吃饭说话时,郁致一面观察两人的申请,一面留意其他的细节。
不一会,她放下筷子,拿了帕子抹抹嘴角,微微一笑说道:“我今日请了位贵客来,银瓶,你去请了她来。”
钟才人和尤御女一脸愕然,却也不多同,都放下筷子望着门口。
不一会,远远看见一个人的身影迈着大步子进来,走到门口才看清楚,这不就是卓采女么!
两人都有些吃惊,尤御女先是回头望了一眼郁致,然后又转过头去问:“卓采女,你不是染病了吗?”钟才人也一脸惊诧,张着嘴半天说不出话。
卓九姑皱着眉头,有些气呼呼地进来了。
郁致起身拉过卓九姑坐下,笑着说:“是好了。九姑的病是有人陷害,现在,害她的贼人已经找到了,自然就好了。”
“贼人?是谁?”尤御女问道。
“贼人就在这里,就坐在这桌子边上。”郁致嘴角一扬道。
尤御女和钟才人两个都吃惊的互相看了一样,身上都有些不自在。
她一伸手,如熙将那纸条递过来,她对着她们两人展开。
“记得这纸条么?”
两人都摇了摇头,一脸无辜的模样。
“有人要诬陷我殿里有奸情,又找了卓采女当替死鬼。这贼人留了这证据,自以为改了字迹没人认得,但她忘记了一个天大的破绽,就是这个细节让她现了形!”一听这话,尤御女疑惑不解,钟才人吃惊诧异,都直勾勾望着她。

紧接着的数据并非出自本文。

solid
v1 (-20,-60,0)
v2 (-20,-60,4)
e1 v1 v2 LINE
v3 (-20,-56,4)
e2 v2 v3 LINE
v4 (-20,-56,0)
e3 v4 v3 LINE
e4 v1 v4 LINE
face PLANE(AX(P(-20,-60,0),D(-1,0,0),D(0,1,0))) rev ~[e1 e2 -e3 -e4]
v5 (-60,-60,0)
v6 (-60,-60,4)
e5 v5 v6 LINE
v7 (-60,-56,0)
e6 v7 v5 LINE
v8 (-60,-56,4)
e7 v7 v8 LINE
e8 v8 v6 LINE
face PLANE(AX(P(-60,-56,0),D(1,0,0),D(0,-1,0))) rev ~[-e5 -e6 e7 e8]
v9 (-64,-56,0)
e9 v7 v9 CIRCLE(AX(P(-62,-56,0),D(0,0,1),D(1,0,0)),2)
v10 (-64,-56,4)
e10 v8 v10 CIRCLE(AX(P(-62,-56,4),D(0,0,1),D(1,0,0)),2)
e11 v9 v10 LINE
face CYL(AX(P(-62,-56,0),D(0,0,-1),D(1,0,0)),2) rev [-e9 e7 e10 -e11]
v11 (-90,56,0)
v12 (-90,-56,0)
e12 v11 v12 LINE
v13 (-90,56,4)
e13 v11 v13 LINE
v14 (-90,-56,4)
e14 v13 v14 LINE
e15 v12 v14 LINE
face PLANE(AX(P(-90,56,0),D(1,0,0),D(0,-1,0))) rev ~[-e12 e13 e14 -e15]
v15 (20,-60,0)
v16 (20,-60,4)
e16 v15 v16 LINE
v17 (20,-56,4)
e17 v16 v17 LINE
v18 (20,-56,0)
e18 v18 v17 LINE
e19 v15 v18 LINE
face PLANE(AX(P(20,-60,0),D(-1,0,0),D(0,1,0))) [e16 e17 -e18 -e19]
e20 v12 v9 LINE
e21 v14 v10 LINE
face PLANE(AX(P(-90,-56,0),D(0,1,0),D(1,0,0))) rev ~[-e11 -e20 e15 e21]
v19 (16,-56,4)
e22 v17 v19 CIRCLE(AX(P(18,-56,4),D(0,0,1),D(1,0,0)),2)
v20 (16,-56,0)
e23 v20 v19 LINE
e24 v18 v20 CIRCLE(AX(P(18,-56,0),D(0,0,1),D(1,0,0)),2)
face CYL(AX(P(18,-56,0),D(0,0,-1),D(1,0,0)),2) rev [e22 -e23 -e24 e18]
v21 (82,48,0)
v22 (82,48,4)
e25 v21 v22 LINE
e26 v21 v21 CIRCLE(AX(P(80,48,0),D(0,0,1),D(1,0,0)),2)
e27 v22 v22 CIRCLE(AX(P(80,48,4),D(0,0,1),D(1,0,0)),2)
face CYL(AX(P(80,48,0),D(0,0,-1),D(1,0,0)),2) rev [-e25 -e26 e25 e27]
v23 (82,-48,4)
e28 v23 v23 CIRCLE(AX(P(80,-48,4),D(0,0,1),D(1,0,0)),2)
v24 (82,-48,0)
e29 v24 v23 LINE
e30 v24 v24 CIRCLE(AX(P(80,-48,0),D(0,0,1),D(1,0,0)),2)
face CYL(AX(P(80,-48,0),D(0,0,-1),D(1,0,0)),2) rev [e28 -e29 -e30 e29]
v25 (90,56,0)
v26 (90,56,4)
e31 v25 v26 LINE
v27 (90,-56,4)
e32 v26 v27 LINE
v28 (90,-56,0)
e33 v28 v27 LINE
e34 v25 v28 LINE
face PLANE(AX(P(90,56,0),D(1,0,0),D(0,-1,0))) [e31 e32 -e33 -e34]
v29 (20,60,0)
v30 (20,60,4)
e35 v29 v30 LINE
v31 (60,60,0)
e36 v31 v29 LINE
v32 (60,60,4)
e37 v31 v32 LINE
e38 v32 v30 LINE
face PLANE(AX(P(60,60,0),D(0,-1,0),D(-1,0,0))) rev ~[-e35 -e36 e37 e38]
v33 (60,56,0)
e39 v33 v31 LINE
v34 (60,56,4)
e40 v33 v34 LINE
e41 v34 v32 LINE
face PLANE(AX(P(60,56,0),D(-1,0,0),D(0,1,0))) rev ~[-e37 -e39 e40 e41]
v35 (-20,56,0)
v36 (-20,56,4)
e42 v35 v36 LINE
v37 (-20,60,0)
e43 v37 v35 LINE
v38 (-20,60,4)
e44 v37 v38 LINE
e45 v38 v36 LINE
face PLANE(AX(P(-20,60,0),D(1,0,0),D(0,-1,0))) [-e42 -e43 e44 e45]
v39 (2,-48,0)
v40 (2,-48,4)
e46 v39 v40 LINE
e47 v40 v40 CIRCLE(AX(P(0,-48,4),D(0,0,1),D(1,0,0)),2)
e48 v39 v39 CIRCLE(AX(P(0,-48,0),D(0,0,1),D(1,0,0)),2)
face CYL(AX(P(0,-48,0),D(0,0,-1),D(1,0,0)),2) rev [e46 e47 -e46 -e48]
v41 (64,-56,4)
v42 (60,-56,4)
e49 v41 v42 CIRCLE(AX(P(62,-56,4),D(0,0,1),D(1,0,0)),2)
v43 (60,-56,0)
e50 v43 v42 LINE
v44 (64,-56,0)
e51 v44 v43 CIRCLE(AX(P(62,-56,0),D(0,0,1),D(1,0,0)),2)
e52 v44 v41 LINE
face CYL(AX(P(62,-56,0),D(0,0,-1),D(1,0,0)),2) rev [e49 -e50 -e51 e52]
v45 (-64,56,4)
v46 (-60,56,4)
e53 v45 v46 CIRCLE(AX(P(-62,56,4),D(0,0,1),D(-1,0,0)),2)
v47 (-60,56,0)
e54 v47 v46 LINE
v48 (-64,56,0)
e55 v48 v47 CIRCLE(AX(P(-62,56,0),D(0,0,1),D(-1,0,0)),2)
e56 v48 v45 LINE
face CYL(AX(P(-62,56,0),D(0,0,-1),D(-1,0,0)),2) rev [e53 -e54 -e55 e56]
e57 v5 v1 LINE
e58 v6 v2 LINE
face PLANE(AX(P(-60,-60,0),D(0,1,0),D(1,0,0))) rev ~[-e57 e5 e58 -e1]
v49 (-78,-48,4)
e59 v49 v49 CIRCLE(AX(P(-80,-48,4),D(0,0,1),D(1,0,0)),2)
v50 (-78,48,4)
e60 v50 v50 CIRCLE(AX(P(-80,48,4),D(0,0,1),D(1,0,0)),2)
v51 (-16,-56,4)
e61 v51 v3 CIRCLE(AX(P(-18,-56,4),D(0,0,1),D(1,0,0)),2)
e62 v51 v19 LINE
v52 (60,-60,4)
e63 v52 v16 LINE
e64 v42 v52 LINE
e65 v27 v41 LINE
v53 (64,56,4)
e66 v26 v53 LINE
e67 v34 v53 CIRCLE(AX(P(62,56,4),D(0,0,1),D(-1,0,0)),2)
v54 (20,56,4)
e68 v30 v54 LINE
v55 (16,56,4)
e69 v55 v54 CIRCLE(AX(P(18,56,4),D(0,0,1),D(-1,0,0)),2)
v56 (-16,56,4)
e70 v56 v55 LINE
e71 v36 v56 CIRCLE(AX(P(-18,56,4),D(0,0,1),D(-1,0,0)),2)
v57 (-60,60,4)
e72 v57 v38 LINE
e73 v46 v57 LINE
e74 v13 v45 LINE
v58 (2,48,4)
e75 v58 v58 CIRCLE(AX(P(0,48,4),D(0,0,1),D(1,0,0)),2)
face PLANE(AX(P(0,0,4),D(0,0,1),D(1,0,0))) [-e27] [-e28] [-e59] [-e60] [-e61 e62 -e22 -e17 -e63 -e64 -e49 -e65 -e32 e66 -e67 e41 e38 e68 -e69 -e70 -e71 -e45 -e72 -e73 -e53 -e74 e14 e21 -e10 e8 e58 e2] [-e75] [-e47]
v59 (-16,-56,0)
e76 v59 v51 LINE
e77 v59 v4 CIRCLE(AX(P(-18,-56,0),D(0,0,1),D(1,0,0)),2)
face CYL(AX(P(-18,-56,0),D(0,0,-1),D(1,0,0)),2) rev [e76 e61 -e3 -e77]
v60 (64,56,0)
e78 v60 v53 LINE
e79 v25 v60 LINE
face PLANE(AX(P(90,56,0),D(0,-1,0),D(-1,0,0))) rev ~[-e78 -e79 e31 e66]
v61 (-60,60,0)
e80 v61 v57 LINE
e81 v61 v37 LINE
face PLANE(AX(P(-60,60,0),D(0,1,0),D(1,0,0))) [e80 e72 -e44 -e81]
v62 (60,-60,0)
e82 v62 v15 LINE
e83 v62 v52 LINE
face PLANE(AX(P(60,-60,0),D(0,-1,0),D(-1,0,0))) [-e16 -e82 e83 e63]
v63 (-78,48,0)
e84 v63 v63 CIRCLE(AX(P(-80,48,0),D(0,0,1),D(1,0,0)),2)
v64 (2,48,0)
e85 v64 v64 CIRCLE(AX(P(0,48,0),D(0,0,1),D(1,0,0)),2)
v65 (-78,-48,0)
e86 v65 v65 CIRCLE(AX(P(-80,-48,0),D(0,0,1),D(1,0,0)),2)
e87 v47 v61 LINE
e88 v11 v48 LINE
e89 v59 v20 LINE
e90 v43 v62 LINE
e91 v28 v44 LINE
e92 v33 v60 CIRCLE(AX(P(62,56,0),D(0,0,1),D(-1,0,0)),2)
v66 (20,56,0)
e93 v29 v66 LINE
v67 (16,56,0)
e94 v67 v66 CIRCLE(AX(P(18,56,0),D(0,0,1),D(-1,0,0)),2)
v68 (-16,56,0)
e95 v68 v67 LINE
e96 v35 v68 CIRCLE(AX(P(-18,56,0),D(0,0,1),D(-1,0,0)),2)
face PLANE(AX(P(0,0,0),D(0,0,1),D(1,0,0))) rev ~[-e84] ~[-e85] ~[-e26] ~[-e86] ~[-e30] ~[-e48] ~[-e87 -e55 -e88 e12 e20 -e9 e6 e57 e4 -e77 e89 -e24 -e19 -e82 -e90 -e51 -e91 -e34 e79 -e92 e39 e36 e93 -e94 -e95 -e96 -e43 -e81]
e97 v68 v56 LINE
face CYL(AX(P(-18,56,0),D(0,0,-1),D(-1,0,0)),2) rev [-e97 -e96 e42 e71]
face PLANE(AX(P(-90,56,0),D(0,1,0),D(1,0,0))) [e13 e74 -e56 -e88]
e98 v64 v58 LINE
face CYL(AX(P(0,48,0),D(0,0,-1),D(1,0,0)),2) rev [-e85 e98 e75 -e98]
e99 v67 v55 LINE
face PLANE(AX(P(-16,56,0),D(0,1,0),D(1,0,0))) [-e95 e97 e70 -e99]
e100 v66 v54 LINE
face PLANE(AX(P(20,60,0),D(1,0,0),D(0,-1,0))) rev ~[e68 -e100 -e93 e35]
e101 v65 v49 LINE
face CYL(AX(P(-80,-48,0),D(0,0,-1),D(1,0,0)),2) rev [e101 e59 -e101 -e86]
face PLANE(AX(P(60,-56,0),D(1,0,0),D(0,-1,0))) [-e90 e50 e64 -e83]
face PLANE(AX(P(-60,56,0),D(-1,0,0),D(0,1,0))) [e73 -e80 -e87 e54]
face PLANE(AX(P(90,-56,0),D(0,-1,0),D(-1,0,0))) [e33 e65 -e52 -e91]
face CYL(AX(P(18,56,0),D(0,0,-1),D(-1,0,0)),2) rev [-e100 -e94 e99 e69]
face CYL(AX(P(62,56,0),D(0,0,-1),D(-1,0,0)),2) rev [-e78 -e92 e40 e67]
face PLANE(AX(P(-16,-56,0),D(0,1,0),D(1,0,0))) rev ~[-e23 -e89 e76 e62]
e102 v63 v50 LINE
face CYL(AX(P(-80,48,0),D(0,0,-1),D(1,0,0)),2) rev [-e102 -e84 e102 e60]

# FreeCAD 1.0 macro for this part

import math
import FreeCAD as App
import Part
import Sketcher
from FreeCAD import Vector
Q = App.Units.Quantity

doc = App.newDocument("Part")
body = doc.addObject("PartDesign::Body", "Body")

# Sketch on XY plane
sketch1 = body.newObject("Sketcher::SketchObject", "Sketch")
sketch1.AttachmentSupport = (doc.getObject("XY_Plane"), [""])
sketch1.MapMode = "FlatFace"
sketch1.addGeometry(Part.LineSegment(Vector(90, -56, 0), Vector(90, 56, 0)), False)
sketch1.addGeometry(Part.LineSegment(Vector(90, 56, 0), Vector(64, 56, 0)), False)
sketch1.addGeometry(Part.ArcOfCircle(Part.Circle(Vector(62, 56, 0), Vector(0, 0, 1), 2), math.radians(180), math.radians(360)), False)
sketch1.addGeometry(Part.LineSegment(Vector(60, 56, 0), Vector(60, 60, 0)), False)
sketch1.addGeometry(Part.LineSegment(Vector(60, 60, 0), Vector(20, 60, 0)), False)
sketch1.addGeometry(Part.LineSegment(Vector(20, 60, 0), Vector(20, 56, 0)), False)
sketch1.addGeometry(Part.ArcOfCircle(Part.Circle(Vector(18, 56, 0), Vector(0, 0, 1), 2), math.radians(180), math.radians(360)), False)
sketch1.addGeometry(Part.LineSegment(Vector(16, 56, 0), Vector(-16, 56, 0)), False)
sketch1.addGeometry(Part.ArcOfCircle(Part.Circle(Vector(-18, 56, 0), Vector(0, 0, 1), 2), math.radians(180), math.radians(360)), False)
sketch1.addGeometry(Part.LineSegment(Vector(-20, 56, 0), Vector(-20, 60, 0)), False)
sketch1.addGeometry(Part.LineSegment(Vector(-20, 60, 0), Vector(-60, 60, 0)), False)
sketch1.addGeometry(Part.LineSegment(Vector(-60, 60, 0), Vector(-60, 56, 0)), False)
sketch1.addGeometry(Part.ArcOfCircle(Part.Circle(Vector(-62, 56, 0), Vector(0, 0, 1), 2), math.radians(180), math.radians(360)), False)
sketch1.addGeometry(Part.LineSegment(Vector(-64, 56, 0), Vector(-90, 56, 0)), False)
sketch1.addGeometry(Part.LineSegment(Vector(-90, 56, 0), Vector(-90, -56, 0)), False)
sketch1.addGeometry(Part.LineSegment(Vector(-90, -56, 0), Vector(-64, -56, 0)), False)
sketch1.addGeometry(Part.ArcOfCircle(Part.Circle(Vector(-62, -56, 0), Vector(0, 0, 1), 2), math.radians(0), math.radians(180)), False)
sketch1.addGeometry(Part.LineSegment(Vector(-60, -56, 0), Vector(-60, -60, 0)), False)
sketch1.addGeometry(Part.LineSegment(Vector(-60, -60, 0), Vector(-20, -60, 0)), False)
sketch1.addGeometry(Part.LineSegment(Vector(-20, -60, 0), Vector(-20, -56, 0)), False)
sketch1.addGeometry(Part.ArcOfCircle(Part.Circle(Vector(-18, -56, 0), Vector(0, 0, 1), 2), math.radians(0), math.radians(180)), False)
sketch1.addGeometry(Part.LineSegment(Vector(-16, -56, 0), Vector(16, -56, 0)), False)
sketch1.addGeometry(Part.ArcOfCircle(Part.Circle(Vector(18, -56, 0), Vector(0, 0, 1), 2), math.radians(0), math.radians(180)), False)
sketch1.addGeometry(Part.LineSegment(Vector(20, -56, 0), Vector(20, -60, 0)), False)
sketch1.addGeometry(Part.LineSegment(Vector(20, -60, 0), Vector(60, -60, 0)), False)
sketch1.addGeometry(Part.LineSegment(Vector(60, -60, 0), Vector(60, -56, 0)), False)
sketch1.addGeometry(Part.ArcOfCircle(Part.Circle(Vector(62, -56, 0), Vector(0, 0, 1), 2), math.radians(0), math.radians(180)), False)
sketch1.addGeometry(Part.LineSegment(Vector(64, -56, 0), Vector(90, -56, 0)), False)
sketch1.addGeometry(Part.Circle(Vector(-80, -48, 0), Vector(0, 0, 1), 2), False)
sketch1.addGeometry(Part.Circle(Vector(0, -48, 0), Vector(0, 0, 1), 2), False)
sketch1.addGeometry(Part.Circle(Vector(80, -48, 0), Vector(0, 0, 1), 2), False)
sketch1.addGeometry(Part.Circle(Vector(-80, 48, 0), Vector(0, 0, 1), 2), False)
sketch1.addGeometry(Part.Circle(Vector(0, 48, 0), Vector(0, 0, 1), 2), False)
sketch1.addGeometry(Part.Circle(Vector(80, 48, 0), Vector(0, 0, 1), 2), False)
sketch1.addConstraint(Sketcher.Constraint("Coincident", 0, 2, 1, 1))
sketch1.addConstraint(Sketcher.Constraint("Coincident", 1, 2, 2, 2))
sketch1.addConstraint(Sketcher.Constraint("Tangent", 2, 1, 3, 1))
sketch1.addConstraint(Sketcher.Constraint("Coincident", 3, 2, 4, 1))
sketch1.addConstraint(Sketcher.Constraint("Coincident", 4, 2, 5, 1))
sketch1.addConstraint(Sketcher.Constraint("Tangent", 5, 2, 6, 2))
sketch1.addConstraint(Sketcher.Constraint("Coincident", 6, 1, 7, 1))
sketch1.addConstraint(Sketcher.Constraint("Coincident", 7, 2, 8, 2))
sketch1.addConstraint(Sketcher.Constraint("Tangent", 8, 1, 9, 1))
sketch1.addConstraint(Sketcher.Constraint("Coincident", 9, 2, 10, 1))
sketch1.addConstraint(Sketcher.Constraint("Coincident", 10, 2, 11, 1))
sketch1.addConstraint(Sketcher.Constraint("Tangent", 11, 2, 12, 2))
sketch1.addConstraint(Sketcher.Constraint("Coincident", 12, 1, 13, 1))
sketch1.addConstraint(Sketcher.Constraint("Coincident", 13, 2, 14, 1))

好啊,死到临头还是不露痕迹,那我就让你死个明白!郁致指着纸条上的大字,一字一句地说:“这贼人懂得改字迹,却忘子一件事。你看看着金銮二字上的横,都是右边墨重左边墨轻,可见。写字的人是个左撇子!她天计算尽,却忘了这个大疏漏!”说罢,她的目光扫过去,尤御女面前一双筷子在右侧摆放整齐,而钟才人的碗箸上,一双筷子静静摆在左手边。
钟才人这时候已经有些汗涔涔了,她嘴唇微微颤颤地,道:“娘娘,这也不能说明就是我啊,这宫里人这么多,说不定有别的左撇子。”郁致一笑,道:“钟才人,你何必那么急着变白呢、是啊,宫里人是多,可都是我的心腹。你们搬进来几天就出事,这心怀不轨的人必然在你们几个当中。今早我问你们,昨夜回去都做什么了,你说和人说话到很晚,而尤御女说自己一个人在打坐。只有那心虚的人才可疑找些事情搪塞,以打消我的疑虑。而尤御女为人坦荡,自然不怕,所以才据实禀报的。”
她顿了顿,直直瞪着钟才人,厉声道:“你还有什么好说的!”钟才人直直跪了下来,脸上汗珠不断滴下来,她央求道:“娘娘饶命,娘娘饶命!臣妾知错了,臣妾再也不敢了!”尤御女低头望了她一眼,叹了一声,然后便不言语了。
“居然是你!”卓采女这时候突然开口了,她有些疑惑地她说:“你平常不是对我很好,总是带我出去玩的?”
郁致拍拍她的手,耐心道:“这世上很多人对你都很好,但不一定都是真心的。你以后就会明白的。”
说罢,她一步一步走向钟才人,低着头望着她有些发抖的模样。